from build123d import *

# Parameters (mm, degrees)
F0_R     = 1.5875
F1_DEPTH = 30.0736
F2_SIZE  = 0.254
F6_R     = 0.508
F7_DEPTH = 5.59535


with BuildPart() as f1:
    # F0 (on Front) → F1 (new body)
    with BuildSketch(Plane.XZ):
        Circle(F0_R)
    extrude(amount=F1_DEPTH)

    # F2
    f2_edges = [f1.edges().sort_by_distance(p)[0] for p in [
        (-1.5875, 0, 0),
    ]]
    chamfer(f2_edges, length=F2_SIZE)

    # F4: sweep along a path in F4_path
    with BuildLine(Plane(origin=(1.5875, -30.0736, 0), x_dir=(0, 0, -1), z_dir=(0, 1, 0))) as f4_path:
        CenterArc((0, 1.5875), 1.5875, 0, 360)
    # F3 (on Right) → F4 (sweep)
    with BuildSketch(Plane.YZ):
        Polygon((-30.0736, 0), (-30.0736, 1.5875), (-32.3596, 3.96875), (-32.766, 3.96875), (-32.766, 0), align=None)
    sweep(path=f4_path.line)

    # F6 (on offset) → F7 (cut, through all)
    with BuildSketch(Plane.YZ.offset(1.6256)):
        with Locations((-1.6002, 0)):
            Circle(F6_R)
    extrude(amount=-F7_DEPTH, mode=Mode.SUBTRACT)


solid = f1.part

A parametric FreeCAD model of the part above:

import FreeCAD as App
import Part
import Sketcher

V = App.Vector
Q = App.Units.Quantity


def edges_at(feature, points):
    """Names of the edges that pass closest to the given points."""
    edges = feature.Shape.Edges
    near = lambda p: min(range(len(edges)), key=lambda i: edges[i].distToShape(Part.Vertex(*p))[0])
    return sorted({f"Edge{near(p) + 1}" for p in points})


def add_polygon(sketch, points):
    """Adds a closed chain of lines whose ends are joined by coincident constraints."""
    first, n = sketch.GeometryCount, len(points)
    for a, b in zip(points, points[1:] + points[:1]):
        sketch.addGeometry(Part.LineSegment(App.Vector(*a, 0), App.Vector(*b, 0)), False)
    for i in range(n):
        sketch.addConstraint(Sketcher.Constraint("Coincident", first + i, 2, first + (i + 1) % n, 1))

doc = App.newDocument("Part")
body = doc.addObject("PartDesign::Body", "Body")

# Sketch on XZ plane
sketch1 = body.newObject("Sketcher::SketchObject", "Sketch")
sketch1.AttachmentSupport = (doc.getObject("XZ_Plane"), [""])
sketch1.MapMode = "FlatFace"
sketch1.addGeometry(Part.Circle(V(0, 0, 0), V(0, 0, 1), 1.6), False)
sketch1.addConstraint([
    Sketcher.Constraint("Coincident", 0, 3, -1, 1),
    Sketcher.Constraint("Diameter", 0, Q("0.125 in")),
])
pad1 = body.newObject("PartDesign::Pad", "Pad")
pad1.Profile = sketch1
pad1.Length = Q("1.184 in")
doc.recompute()

chamfer = body.newObject("PartDesign::Chamfer", "Chamfer")
chamfer.Base = (pad1, edges_at(pad1, [(-1.587, 0, 0)]))
chamfer.Size = Q("0.01 in")

# Sketch on YZ plane
sketch2 = body.newObject("Sketcher::SketchObject", "Sketch001")
sketch2.AttachmentSupport = (doc.getObject("YZ_Plane"), [""])
sketch2.MapMode = "FlatFace"
add_polygon(sketch2, [(-30.07, 0), (-30.07, 1.59), (-32.36, 3.97), (-32.77, 3.97), (-32.77, 0)])  # lines 0-4
sketch2.addConstraint([
    Sketcher.Constraint("Vertical", 0),
    Sketcher.Constraint("Horizontal", 2),
    Sketcher.Constraint("Vertical", 3),
    Sketcher.Constraint("Horizontal", 4),
    Sketcher.Constraint("PointOnObject", 3, 2, -1),
    Sketcher.Constraint("DistanceX", 2, 2, 2, 1, Q("0.016 in")),
    Sketcher.Constraint("DistanceX", 4, 1, 4, 2, Q("0.106 in")),
    Sketcher.Constraint("DistanceY", 0, 1, 0, 2, Q("0.0625 in")),
    Sketcher.Constraint("DistanceY", 3, 2, 3, 1, Q("0.15625 in")),
    Sketcher.Constraint("DistanceX", 2, 2, -1, 1, Q("1.29 in")),
])

# Sketch on XZ plane
sketch3 = body.newObject("Sketcher::SketchObject", "Sketch002")
sketch3.AttachmentSupport = (doc.getObject("XZ_Plane"), [""])
sketch3.MapMode = "FlatFace"
sketch3.AttachmentOffset = App.Placement(V(0, 0, 1.184 * 25.4), App.Rotation())
sketch3.addGeometry(Part.Circle(V(0, 0, 0), V(0, 0, 1), 1.6), False)
sketch3.addConstraint([
    Sketcher.Constraint("Coincident", 0, 3, -1, 1),
    Sketcher.Constraint("Diameter", 0, Q("0.125 in")),
])
doc.recompute()

additivepipe = body.newObject("PartDesign::AdditivePipe", "AdditivePipe")
additivepipe.Profile = sketch2
additivepipe.Spine = (sketch3, ["Edge1"])

# Sketch on YZ plane
sketch4 = body.newObject("Sketcher::SketchObject", "Sketch003")
sketch4.AttachmentSupport = (doc.getObject("YZ_Plane"), [""])
sketch4.MapMode = "FlatFace"
sketch4.AttachmentOffset = App.Placement(V(0, 0, 0.064 * 25.4), App.Rotation())
sketch4.addGeometry(Part.Circle(V(-1.6, 0, 0), V(0, 0, 1), 0.5), False)
sketch4.addConstraint([
    Sketcher.Constraint("PointOnObject", 0, 3, -1),
    Sketcher.Constraint("Diameter", 0, Q("0.04 in")),
    Sketcher.Constraint("DistanceX", 0, 3, -1, 1, Q("0.063 in")),
])
pocket1 = body.newObject("PartDesign::Pocket", "Pocket")
pocket1.Profile = sketch4
pocket1.Type = "ThroughAll"

doc.recompute()
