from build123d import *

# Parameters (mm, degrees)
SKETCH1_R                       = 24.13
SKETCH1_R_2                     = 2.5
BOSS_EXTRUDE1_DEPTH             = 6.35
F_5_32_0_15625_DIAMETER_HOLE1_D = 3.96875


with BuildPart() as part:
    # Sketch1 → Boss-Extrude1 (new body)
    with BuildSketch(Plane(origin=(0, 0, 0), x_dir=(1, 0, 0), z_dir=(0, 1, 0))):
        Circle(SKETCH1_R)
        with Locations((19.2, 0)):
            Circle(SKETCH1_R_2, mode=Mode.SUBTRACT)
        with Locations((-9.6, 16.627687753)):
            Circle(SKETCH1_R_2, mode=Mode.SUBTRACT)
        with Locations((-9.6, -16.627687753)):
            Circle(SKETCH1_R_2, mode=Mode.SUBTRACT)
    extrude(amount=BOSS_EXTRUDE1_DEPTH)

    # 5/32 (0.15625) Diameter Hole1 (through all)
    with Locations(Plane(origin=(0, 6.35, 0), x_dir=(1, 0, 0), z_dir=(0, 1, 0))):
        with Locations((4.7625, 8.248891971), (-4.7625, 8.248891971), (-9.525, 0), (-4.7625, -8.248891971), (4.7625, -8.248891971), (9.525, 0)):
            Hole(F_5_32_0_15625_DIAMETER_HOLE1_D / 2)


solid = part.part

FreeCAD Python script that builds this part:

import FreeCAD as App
import Part
import Sketcher

V = App.Vector
Q = App.Units.Quantity

doc = App.newDocument("Part")
body = doc.addObject("PartDesign::Body", "Body")

# Sketch on XZ plane
sketch1 = doc.addObject("Sketcher::SketchObject", "Sketch")
body.addObject(sketch1)
sketch1.AttachmentSupport = (doc.XZ_Plane, [""])
sketch1.MapMode = "FlatFace"
sketch1.addGeometry(Part.Circle(V(0, 0, 0), V(0, 0, 1), 24.13), False)
sketch1.addGeometry(Part.Circle(V(-9.6, 16.627688, 0), V(0, 0, 1), 2.5), False)
sketch1.addGeometry(Part.Circle(V(-9.6, -16.627688, 0), V(0, 0, 1), 2.5), False)
sketch1.addGeometry(Part.Circle(V(19.2, 0, 0), V(0, 0, 1), 2.5), False)
sketch1.addConstraint(Sketcher.Constraint("Coincident", 0, 3, -1, 1))
sketch1.addConstraint(Sketcher.Constraint("Equal", 1, 2))
sketch1.addConstraint(Sketcher.Constraint("Equal", 2, 3))
sketch1.addConstraint(Sketcher.Constraint("Symmetric", 1, 3, 2, 3, -1))
sketch1.addConstraint(Sketcher.Constraint("PointOnObject", 3, 3, -1))
sketch1.addConstraint(Sketcher.Constraint("Diameter", 0, Q("1.9 in")))
sketch1.addConstraint(Sketcher.Constraint("Diameter", 1, 5.0))
sketch1.addConstraint(Sketcher.Constraint("DistanceX", 1, 3, -1, 1, 9.6))
sketch1.addConstraint(Sketcher.Constraint("DistanceX", -1, 1, 3, 3, 19.2))
sketch1.addConstraint(Sketcher.Constraint("DistanceY", -1, 1, 1, 3, 16.627688))
pad1 = doc.addObject("PartDesign::Pad", "Pad")
body.addObject(pad1)
pad1.Profile = sketch1
pad1.Length = Q("0.25 in")
pad1.Reversed = True

# Sketch on XZ plane
sketch2 = doc.addObject("Sketcher::SketchObject", "Sketch001")
body.addObject(sketch2)
sketch2.AttachmentSupport = (doc.XZ_Plane, [""])
sketch2.MapMode = "FlatFace"
sketch2.AttachmentOffset = App.Placement(V(0, 0, -0.25 * 25.4), App.Rotation())
sketch2.addGeometry(Part.Circle(V(4.7625, -8.248892, 0), V(0, 0, 1), 1.984375), False)
sketch2.addGeometry(Part.Circle(V(-4.7625, -8.248892, 0), V(0, 0, 1), 1.984375), False)
sketch2.addGeometry(Part.Circle(V(-9.525, 0, 0), V(0, 0, 1), 1.984375), False)
sketch2.addGeometry(Part.Circle(V(-4.7625, 8.248892, 0), V(0, 0, 1), 1.984375), False)
sketch2.addGeometry(Part.Circle(V(4.7625, 8.248892, 0), V(0, 0, 1), 1.984375), False)
sketch2.addGeometry(Part.Circle(V(9.525, 0, 0), V(0, 0, 1), 1.984375), False)
sketch2.addConstraint(Sketcher.Constraint("Equal", 0, 1))
sketch2.addConstraint(Sketcher.Constraint("Equal", 1, 2))
sketch2.addConstraint(Sketcher.Constraint("Equal", 2, 3))
sketch2.addConstraint(Sketcher.Constraint("Equal", 3, 4))
sketch2.addConstraint(Sketcher.Constraint("Equal", 4, 5))
sketch2.addConstraint(Sketcher.Constraint("Symmetric", 0, 3, 3, 3, -1, 1))
sketch2.addConstraint(Sketcher.Constraint("Symmetric", 1, 3, 4, 3, -1, 1))
sketch2.addConstraint(Sketcher.Constraint("Symmetric", 2, 3, 5, 3, -1, 1))
sketch2.addConstraint(Sketcher.Constraint("Symmetric", 0, 3, 1, 3, -2))
sketch2.addConstraint(Sketcher.Constraint("PointOnObject", 2, 3, -1))
sketch2.addConstraint(Sketcher.Constraint("Diameter", 0, Q("0.15625 in")))
sketch2.addConstraint(Sketcher.Constraint("DistanceX", 2, 3, 5, 3, Q("0.75 in")))
sketch2.addConstraint(Sketcher.Constraint("DistanceX", -1, 1, 0, 3, Q("0.1875 in")))
sketch2.addConstraint(Sketcher.Constraint("DistanceY", 0, 3, -1, 1, 8.248892))
doc.recompute()
hole = doc.addObject("PartDesign::Hole", "Hole")
body.addObject(hole)
hole.Profile = sketch2
hole.ThreadType = "None"
hole.Diameter = Q("0.15625 in")
hole.DepthType = "ThroughAll"
hole.Reversed = True

doc.recompute()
+ + + +
Task
Repeat exactly, and only, the run of lines from the start of the material above through the line that holds "A parametric FreeCAD".

Exercise output
from build123d import *

# Parameters (mm, degrees)
F0_R     = 1.5875
F1_DEPTH = 30.0736
F2_SIZE  = 0.254
F6_R     = 0.508
F7_DEPTH = 5.59535


with BuildPart() as f1:
    # F0 (on Front) → F1 (new body)
    with BuildSketch(Plane.XZ):
        Circle(F0_R)
    extrude(amount=F1_DEPTH)

    # F2
    f2_edges = [f1.edges().sort_by_distance(p)[0] for p in [
        (-1.5875, 0, 0),
    ]]
    chamfer(f2_edges, length=F2_SIZE)

    # F4: sweep along a path in F4_path
    with BuildLine(Plane(origin=(1.5875, -30.0736, 0), x_dir=(0, 0, -1), z_dir=(0, 1, 0))) as f4_path:
        CenterArc((0, 1.5875), 1.5875, 0, 360)
    # F3 (on Right) → F4 (sweep)
    with BuildSketch(Plane.YZ):
        Polygon((-30.0736, 0), (-30.0736, 1.5875), (-32.3596, 3.96875), (-32.766, 3.96875), (-32.766, 0), align=None)
    sweep(path=f4_path.line)

    # F6 (on offset) → F7 (cut, through all)
    with BuildSketch(Plane.YZ.offset(1.6256)):
        with Locations((-1.6002, 0)):
            Circle(F6_R)
    extrude(amount=-F7_DEPTH, mode=Mode.SUBTRACT)


solid = f1.part

A parametric FreeCAD model of the part above:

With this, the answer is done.